Now if the nation be merely that group presided over by the state, it may be legitimately claimed that there is an entity, the State, that embodies The Nation. This is implied in claims about national ideals, value, character and so forth. Isn’t there some kind of ‘general will’, some kind of ‘national will’ if you prefer, that the government is representing? I for one don’t think that any such entity exists. I agree that there is a group of individuals, a very large group, which we refer to as Australia, or as the Australian nation, or the Australian people. Each of these individuals has their own free will, they have ideals, values, thoughts, emotions, relationships and so forth. There is no entity which is independent from these individuals, no national entity, that also exists to have feelings, ideals, thoughts, emotions, relationships and so forth. The reason we might speak of a national ideal of democracy is most certainly not because there is some metaphysical entity, a suprabeing or supraconsciousness which holds the ideal of democracy, but because the vast majority of Australians do hold democracy as an ideal. All it is then, as far as I can see is a statement about what the various individuals who live under the government think, and not even all those individuals, but rather a statistical generalization about them. The point is simply, the ‘nation’ is not anything apart from those individuals who happen to be in the group to which it refers, it has no life of its own, it is at most a mere statistical correlation. Those statistical correlations are contingent upon the individuals, not the other way around.

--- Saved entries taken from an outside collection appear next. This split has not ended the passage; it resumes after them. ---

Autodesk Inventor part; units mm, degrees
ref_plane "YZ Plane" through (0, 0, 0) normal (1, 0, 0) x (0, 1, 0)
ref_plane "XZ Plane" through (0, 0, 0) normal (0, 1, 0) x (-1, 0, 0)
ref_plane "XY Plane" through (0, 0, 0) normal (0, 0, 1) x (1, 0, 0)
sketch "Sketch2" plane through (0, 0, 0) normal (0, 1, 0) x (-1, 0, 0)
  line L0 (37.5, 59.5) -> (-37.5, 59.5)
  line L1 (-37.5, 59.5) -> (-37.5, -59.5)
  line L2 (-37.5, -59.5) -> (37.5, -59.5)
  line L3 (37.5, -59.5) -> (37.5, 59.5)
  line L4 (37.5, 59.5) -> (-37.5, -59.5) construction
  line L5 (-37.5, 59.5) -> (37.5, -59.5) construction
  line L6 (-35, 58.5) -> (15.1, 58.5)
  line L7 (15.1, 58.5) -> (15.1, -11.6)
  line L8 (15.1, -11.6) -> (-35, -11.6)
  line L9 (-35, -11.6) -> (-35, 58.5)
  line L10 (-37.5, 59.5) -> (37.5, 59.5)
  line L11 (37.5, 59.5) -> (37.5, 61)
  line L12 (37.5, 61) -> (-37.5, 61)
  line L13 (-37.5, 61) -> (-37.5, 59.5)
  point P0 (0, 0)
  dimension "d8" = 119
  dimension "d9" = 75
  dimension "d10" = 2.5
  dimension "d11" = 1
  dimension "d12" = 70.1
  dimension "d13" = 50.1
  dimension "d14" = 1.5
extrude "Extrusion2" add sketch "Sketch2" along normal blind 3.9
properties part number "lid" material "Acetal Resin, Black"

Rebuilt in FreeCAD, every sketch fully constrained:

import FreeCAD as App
import Part
import Sketcher
from FreeCAD import Vector
Q = App.Units.Quantity

doc = App.newDocument("Part")
params = doc.addObject("Spreadsheet::Sheet", "Params")
for row, (alias, value) in enumerate([
    ("sketch1_width", "75 mm"),
    ("sketch1_width2", "50.1 mm"),
    ("sketch1_height", "70.1 mm"),
    ("sketch1_height2", "120.5 mm"),
    ("pad1_length", "3.9 mm"),
], start=1):
    params.set(f"A{row}", alias)
    params.set(f"B{row}", "=" + value)
    params.setAlias(f"B{row}", alias)

body = doc.addObject("PartDesign::Body", "Body")

# Sketch on XZ plane
sketch1 = body.newObject("Sketcher::SketchObject", "Sketch")
sketch1.AttachmentSupport = (doc.getObject("XZ_Plane"), [""])
sketch1.MapMode = "FlatFace"
sketch1.addGeometry(Part.LineSegment(Vector(-38, -60, 0), Vector(-38, 61, 0)), False)
sketch1.addGeometry(Part.LineSegment(Vector(-38, 61, 0), Vector(38, 61, 0)), False)
sketch1.addGeometry(Part.LineSegment(Vector(38, 61, 0), Vector(38, -60, 0)), False)
sketch1.addGeometry(Part.LineSegment(Vector(38, -60, 0), Vector(-38, -60, 0)), False)
sketch1.addGeometry(Part.LineSegment(Vector(35, -12, 0), Vector(35, 58, 0)), False)
sketch1.addGeometry(Part.LineSegment(Vector(35, 58, 0), Vector(-15, 58, 0)), False)
sketch1.addGeometry(Part.LineSegment(Vector(-15, 58, 0), Vector(-15, -12, 0)), False)
sketch1.addGeometry(Part.LineSegment(Vector(-15, -12, 0), Vector(35, -12, 0)), False)
sketch1.addConstraint(Sketcher.Constraint("Coincident", 0, 2, 1, 1))
sketch1.addConstraint(Sketcher.Constraint("Coincident", 1, 2, 2, 1))
sketch1.addConstraint(Sketcher.Constraint("Coincident", 2, 2, 3, 1))
sketch1.addConstraint(Sketcher.Constraint("Coincident", 3, 2, 0, 1))
sketch1.addConstraint(Sketcher.Constraint("Coincident", 4, 2, 5, 1))
sketch1.addConstraint(Sketcher.Constraint("Coincident", 5, 2, 6, 1))
sketch1.addConstraint(Sketcher.Constraint("Coincident", 6, 2, 7, 1))
sketch1.addConstraint(Sketcher.Constraint("Coincident", 7, 2, 4, 1))
sketch1.addConstraint(Sketcher.Constraint("Vertical", 0))
sketch1.addConstraint(Sketcher.Constraint("Horizontal", 1))
sketch1.addConstraint(Sketcher.Constraint("Vertical", 2))
sketch1.addConstraint(Sketcher.Constraint("Horizontal", 3))
sketch1.addConstraint(Sketcher.Constraint("Vertical", 4))
sketch1.addConstraint(Sketcher.Constraint("Horizontal", 5))
sketch1.addConstraint(Sketcher.Constraint("Vertical", 6))
sketch1.addConstraint(Sketcher.Constraint("Horizontal", 7))
sketch1.addConstraint(Sketcher.Constraint("DistanceX", 1, 1, 1, 2, Q("75 mm")))
sketch1.addConstraint(Sketcher.Constraint("DistanceX", 5, 2, 5, 1, Q("50.1 mm")))
sketch1.addConstraint(Sketcher.Constraint("DistanceY", 4, 1, 4, 2, Q("70.1 mm")))
sketch1.addConstraint(Sketcher.Constraint("DistanceX", 4, 2, 1, 2, Q("2.5 mm")))
sketch1.addConstraint(Sketcher.Constraint("DistanceY", 4, 2, 1, 2, Q("2.5 mm")))
sketch1.addConstraint(Sketcher.Constraint("DistanceY", 0, 1, 0, 2, Q("120.5 mm")))
sketch1.addConstraint(Sketcher.Constraint("DistanceY", -1, 1, 0, 2, Q("61 mm")))
sketch1.addConstraint(Sketcher.Constraint("DistanceX", -1, 1, 4, 2, Q("35 mm")))
sketch1.setExpression("Constraints[16]", "Params.sketch1_width")
sketch1.setExpression("Constraints[17]", "Params.sketch1_width2")
sketch1.setExpression("Constraints[18]", "Params.sketch1_height")
sketch1.setExpression("Constraints[21]", "Params.sketch1_height2")
pad1 = body.newObject("PartDesign::Pad", "Pad")
pad1.Profile = sketch1
pad1.setExpression("Length", "Params.pad1_length")
pad1.Reversed = True

doc.recompute()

Now, no doubt there are oddities in this regard, because while a nation is not metaphysically real, it is imagined to be real, and this exercises a significant influence over people’s behaviour. Many people think and act as though there is an Australian nation, and in a way this makes many of the generalizations about ‘Australia’ true on that account. What is does not do is make Australia real, merely a sociological illusion, which, if people began to act differently or were educated otherwise would evapourate as fast as morning dew.
Furthermore, generalizations are useful, but not binding, they do not contradict or negate the free will of individuals. There is nothing stopping people who happen to live under a government from changing their minds about something, from disagreeing with the ‘national values’, nobody is compelled forcibly to adopt them, though many people do because they are easily persuaded, irrational or simply convinced that they are serving something greater than themselves which does not exist. People have acted in ways that made generalizations about all sorts of imaginary groupings true, the Athenian City, the tribe of the Huns and the Master Race, but none of those things was anything real.

As for sovereignty well it’s an ambiguous word. Do you mean the source of power, as in the monarch is the sovereign? Or do you mean the more modern sense, that no nation may have its borders impinged upon?